◆ GIVEN RECORDS
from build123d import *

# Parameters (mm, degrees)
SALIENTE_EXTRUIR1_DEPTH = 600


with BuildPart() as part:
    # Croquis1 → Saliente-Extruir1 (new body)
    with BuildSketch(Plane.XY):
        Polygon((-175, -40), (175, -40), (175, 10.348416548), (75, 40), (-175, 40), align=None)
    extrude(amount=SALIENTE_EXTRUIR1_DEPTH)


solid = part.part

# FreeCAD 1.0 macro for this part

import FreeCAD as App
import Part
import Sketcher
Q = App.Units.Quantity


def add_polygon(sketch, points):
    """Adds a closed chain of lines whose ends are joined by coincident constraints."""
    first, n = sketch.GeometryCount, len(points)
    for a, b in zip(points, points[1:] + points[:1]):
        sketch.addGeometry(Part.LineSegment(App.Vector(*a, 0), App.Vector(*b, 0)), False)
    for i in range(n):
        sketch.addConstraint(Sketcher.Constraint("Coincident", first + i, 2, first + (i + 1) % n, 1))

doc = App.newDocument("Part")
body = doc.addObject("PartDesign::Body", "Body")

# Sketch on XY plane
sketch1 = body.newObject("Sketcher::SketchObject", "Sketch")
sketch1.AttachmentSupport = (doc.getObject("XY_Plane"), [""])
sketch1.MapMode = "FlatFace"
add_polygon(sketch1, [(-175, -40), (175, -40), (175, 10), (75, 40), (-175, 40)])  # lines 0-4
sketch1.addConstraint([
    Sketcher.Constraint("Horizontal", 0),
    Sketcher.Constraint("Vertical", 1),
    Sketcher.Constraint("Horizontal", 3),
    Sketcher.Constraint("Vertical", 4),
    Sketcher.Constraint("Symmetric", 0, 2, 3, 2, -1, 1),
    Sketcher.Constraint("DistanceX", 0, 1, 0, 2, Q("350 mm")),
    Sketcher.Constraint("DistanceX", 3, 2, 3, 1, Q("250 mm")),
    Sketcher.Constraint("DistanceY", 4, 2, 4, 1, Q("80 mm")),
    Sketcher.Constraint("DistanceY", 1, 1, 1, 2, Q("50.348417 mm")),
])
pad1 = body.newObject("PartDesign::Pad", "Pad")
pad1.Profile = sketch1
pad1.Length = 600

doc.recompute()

---

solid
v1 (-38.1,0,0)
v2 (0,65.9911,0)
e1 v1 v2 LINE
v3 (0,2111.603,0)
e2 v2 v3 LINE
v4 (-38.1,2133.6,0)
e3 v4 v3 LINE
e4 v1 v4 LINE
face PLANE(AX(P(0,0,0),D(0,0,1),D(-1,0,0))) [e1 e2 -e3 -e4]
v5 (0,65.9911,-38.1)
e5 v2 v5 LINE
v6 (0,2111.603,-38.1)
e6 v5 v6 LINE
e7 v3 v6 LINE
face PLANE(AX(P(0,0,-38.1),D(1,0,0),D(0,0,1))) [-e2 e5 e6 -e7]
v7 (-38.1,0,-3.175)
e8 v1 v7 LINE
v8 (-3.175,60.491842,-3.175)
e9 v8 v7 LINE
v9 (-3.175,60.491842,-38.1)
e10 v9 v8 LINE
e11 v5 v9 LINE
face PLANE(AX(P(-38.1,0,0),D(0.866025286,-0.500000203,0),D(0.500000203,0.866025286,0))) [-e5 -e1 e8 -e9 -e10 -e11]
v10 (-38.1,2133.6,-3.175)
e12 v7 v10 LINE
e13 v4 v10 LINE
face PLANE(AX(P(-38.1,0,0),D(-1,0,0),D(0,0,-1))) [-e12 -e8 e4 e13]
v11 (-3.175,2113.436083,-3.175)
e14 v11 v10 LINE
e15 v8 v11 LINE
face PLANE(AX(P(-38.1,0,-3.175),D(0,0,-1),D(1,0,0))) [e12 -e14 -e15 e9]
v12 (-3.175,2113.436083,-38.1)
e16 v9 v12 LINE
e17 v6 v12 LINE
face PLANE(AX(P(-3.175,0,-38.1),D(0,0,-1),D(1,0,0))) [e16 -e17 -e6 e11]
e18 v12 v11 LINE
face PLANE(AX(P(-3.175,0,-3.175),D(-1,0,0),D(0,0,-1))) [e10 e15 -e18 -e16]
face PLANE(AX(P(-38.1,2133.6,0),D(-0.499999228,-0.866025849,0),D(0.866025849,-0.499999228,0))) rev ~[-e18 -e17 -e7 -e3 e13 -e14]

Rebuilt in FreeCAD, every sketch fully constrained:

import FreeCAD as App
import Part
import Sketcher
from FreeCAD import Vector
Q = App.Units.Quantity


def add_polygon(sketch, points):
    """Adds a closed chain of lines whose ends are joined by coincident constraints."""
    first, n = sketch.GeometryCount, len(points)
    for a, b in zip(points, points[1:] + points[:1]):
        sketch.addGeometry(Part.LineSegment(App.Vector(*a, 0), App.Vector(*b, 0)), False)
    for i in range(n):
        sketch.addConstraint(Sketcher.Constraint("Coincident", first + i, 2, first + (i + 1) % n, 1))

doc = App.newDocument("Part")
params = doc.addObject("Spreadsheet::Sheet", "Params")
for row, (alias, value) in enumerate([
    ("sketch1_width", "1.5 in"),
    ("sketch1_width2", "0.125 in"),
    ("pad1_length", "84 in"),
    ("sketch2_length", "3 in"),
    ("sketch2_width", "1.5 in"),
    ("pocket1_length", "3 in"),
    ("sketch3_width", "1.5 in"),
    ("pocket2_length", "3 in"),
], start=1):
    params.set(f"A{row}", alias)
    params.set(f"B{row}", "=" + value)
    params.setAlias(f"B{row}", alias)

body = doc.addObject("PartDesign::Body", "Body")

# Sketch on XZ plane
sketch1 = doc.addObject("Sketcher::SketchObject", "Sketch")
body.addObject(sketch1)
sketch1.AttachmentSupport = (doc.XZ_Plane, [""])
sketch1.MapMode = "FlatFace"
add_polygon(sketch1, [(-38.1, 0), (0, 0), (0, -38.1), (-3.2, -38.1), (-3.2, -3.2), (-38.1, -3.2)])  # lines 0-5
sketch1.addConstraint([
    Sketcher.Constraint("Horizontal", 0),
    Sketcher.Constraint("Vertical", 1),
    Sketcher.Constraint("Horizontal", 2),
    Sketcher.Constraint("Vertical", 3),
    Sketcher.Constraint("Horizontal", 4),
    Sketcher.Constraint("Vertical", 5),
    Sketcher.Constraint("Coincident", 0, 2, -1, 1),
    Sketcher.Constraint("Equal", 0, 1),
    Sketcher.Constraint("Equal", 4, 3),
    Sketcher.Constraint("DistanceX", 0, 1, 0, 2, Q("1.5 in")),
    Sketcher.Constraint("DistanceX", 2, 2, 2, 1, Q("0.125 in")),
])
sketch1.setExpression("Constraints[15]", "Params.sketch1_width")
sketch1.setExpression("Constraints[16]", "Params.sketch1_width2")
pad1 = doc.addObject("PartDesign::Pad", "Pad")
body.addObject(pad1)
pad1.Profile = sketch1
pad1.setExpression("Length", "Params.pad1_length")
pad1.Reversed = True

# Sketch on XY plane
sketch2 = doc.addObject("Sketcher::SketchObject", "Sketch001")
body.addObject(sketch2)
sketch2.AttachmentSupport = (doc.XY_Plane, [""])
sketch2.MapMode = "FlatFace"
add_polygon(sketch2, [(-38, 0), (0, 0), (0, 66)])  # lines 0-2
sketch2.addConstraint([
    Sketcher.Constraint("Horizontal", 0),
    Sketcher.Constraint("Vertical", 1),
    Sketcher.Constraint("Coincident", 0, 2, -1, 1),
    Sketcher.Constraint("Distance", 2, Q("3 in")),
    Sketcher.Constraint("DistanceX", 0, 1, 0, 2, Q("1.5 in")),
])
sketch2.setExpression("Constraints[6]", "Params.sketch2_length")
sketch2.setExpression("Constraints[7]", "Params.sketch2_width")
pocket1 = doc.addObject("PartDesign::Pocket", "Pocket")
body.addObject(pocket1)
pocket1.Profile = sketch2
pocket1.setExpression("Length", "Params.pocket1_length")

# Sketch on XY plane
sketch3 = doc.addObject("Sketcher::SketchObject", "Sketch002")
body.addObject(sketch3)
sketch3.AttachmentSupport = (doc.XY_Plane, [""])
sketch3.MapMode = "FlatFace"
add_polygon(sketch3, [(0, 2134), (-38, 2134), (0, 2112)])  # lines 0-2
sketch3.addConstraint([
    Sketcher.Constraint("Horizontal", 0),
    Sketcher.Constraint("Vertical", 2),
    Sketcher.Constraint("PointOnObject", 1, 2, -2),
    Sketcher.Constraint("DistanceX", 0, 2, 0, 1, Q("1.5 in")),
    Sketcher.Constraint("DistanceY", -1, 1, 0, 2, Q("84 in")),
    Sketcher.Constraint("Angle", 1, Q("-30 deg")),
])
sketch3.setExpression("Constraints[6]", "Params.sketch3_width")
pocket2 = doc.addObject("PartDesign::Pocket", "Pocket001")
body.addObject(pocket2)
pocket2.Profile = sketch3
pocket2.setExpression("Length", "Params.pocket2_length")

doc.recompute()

==

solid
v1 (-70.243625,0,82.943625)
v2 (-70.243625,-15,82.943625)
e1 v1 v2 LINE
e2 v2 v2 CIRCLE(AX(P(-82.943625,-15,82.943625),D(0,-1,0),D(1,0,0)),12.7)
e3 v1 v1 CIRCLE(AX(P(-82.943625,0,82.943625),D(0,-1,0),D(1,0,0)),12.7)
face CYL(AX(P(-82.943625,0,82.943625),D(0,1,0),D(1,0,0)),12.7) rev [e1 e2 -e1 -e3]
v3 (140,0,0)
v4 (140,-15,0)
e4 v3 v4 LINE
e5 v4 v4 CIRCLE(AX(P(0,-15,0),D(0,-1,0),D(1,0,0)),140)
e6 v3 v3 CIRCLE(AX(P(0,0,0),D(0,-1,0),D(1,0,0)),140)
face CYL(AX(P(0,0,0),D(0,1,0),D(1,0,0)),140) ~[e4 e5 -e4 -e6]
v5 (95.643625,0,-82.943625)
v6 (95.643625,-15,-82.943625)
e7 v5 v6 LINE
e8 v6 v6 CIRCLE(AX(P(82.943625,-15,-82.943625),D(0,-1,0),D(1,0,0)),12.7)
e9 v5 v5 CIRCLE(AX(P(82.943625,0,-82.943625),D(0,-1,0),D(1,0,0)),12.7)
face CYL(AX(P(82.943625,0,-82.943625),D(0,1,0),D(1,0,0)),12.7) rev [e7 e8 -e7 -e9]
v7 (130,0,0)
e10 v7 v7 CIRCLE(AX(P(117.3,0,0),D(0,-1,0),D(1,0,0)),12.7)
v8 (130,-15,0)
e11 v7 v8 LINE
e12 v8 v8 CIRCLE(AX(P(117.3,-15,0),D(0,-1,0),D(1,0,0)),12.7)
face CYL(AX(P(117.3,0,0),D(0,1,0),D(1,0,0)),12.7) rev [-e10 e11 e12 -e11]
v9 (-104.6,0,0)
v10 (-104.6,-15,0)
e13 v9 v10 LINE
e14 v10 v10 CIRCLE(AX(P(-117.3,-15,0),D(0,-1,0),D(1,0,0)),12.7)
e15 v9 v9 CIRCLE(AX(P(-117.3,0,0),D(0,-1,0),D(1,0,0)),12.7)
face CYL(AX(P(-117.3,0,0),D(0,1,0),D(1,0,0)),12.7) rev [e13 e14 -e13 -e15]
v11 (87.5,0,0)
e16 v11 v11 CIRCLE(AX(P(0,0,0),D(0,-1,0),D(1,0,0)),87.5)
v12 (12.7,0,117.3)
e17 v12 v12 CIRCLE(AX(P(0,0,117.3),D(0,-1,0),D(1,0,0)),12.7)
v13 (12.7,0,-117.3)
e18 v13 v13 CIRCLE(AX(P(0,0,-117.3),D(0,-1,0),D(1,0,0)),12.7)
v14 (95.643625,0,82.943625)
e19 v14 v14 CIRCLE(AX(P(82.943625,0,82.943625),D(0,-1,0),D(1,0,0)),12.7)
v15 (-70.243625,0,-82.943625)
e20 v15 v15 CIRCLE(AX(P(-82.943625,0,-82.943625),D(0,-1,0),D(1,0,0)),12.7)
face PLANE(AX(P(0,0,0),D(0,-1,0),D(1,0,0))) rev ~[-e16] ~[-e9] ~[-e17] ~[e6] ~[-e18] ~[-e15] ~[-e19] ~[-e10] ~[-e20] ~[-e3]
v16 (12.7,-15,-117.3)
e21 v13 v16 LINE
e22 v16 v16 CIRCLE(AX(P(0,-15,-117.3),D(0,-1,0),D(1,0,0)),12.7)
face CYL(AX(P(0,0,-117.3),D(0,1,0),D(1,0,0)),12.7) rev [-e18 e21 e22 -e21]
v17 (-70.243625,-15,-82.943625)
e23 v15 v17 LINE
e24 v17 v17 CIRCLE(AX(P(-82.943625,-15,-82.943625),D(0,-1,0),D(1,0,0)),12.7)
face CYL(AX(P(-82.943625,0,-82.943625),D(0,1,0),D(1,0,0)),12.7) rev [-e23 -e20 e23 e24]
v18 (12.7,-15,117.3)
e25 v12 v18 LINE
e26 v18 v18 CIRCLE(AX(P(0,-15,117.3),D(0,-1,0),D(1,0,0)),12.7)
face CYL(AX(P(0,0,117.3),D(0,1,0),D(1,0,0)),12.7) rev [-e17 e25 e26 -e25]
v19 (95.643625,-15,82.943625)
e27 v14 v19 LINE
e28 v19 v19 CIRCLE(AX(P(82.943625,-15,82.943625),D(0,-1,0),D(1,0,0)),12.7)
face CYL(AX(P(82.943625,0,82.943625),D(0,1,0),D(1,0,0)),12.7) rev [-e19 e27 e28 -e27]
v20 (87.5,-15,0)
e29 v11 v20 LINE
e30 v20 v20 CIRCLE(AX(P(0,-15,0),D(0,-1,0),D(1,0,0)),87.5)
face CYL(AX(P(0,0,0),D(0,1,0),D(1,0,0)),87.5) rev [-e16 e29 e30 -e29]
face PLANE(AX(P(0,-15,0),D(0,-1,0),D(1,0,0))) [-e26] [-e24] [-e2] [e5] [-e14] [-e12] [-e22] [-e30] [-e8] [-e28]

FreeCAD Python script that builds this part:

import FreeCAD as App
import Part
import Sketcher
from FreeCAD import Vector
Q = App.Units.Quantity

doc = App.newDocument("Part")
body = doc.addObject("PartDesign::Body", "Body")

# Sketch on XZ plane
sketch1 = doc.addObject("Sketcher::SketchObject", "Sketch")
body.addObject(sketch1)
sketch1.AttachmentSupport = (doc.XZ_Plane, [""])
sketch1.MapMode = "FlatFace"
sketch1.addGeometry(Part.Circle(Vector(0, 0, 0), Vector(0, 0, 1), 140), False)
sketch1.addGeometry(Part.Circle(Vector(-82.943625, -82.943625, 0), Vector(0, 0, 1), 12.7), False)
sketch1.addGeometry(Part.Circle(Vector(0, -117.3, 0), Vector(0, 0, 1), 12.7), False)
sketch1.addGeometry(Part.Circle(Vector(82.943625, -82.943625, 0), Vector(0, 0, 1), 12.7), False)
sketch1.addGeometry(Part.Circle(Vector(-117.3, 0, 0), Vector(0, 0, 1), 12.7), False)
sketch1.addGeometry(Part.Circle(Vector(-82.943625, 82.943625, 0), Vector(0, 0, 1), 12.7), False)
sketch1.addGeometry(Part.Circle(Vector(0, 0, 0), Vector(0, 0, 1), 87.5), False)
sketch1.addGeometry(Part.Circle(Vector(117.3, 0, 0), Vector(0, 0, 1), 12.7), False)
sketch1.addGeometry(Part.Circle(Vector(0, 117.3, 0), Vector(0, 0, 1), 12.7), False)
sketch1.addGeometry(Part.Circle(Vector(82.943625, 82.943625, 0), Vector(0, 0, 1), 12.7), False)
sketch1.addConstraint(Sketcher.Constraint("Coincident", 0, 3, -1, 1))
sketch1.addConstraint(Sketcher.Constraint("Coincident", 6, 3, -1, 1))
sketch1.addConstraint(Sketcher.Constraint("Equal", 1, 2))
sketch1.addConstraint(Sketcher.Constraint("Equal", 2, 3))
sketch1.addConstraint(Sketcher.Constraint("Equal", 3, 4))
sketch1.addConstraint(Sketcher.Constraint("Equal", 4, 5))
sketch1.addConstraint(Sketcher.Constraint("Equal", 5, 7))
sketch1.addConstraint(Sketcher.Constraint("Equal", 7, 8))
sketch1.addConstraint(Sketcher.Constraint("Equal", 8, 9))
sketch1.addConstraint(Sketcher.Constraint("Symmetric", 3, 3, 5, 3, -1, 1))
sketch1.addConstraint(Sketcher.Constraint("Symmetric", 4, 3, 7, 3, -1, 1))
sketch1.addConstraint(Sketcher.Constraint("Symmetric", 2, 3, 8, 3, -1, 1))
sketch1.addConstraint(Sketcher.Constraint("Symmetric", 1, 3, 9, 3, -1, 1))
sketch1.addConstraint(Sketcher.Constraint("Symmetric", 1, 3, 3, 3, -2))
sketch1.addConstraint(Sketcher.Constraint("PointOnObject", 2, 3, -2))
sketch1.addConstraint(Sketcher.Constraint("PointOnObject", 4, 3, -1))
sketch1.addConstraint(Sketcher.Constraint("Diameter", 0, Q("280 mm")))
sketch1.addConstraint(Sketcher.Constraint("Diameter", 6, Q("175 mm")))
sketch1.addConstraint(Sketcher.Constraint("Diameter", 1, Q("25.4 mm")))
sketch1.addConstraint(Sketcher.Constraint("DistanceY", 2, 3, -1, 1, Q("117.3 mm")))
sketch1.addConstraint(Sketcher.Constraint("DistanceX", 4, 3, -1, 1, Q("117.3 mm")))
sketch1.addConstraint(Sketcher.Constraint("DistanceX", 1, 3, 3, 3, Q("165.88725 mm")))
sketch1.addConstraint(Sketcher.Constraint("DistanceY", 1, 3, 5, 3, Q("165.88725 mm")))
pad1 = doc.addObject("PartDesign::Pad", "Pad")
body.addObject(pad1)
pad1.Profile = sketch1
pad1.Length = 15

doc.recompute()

◆ WORK INSTRUCTION
Everything above from the line with "e28 v19 v19" to the line with "FreeCAD Python script", both included, must be repeated exactly, and nothing outside that range.

◆ ANSWER TO THIS EXERCISE
e28 v19 v19 CIRCLE(AX(P(82.943625,-15,82.943625),D(0,-1,0),D(1,0,0)),12.7)
face CYL(AX(P(82.943625,0,82.943625),D(0,1,0),D(1,0,0)),12.7) rev [-e19 e27 e28 -e27]
v20 (87.5,-15,0)
e29 v11 v20 LINE
e30 v20 v20 CIRCLE(AX(P(0,-15,0),D(0,-1,0),D(1,0,0)),87.5)
face CYL(AX(P(0,0,0),D(0,1,0),D(1,0,0)),87.5) rev [-e16 e29 e30 -e29]
face PLANE(AX(P(0,-15,0),D(0,-1,0),D(1,0,0))) [-e26] [-e24] [-e2] [e5] [-e14] [-e12] [-e22] [-e30] [-e8] [-e28]

FreeCAD Python script that builds this part:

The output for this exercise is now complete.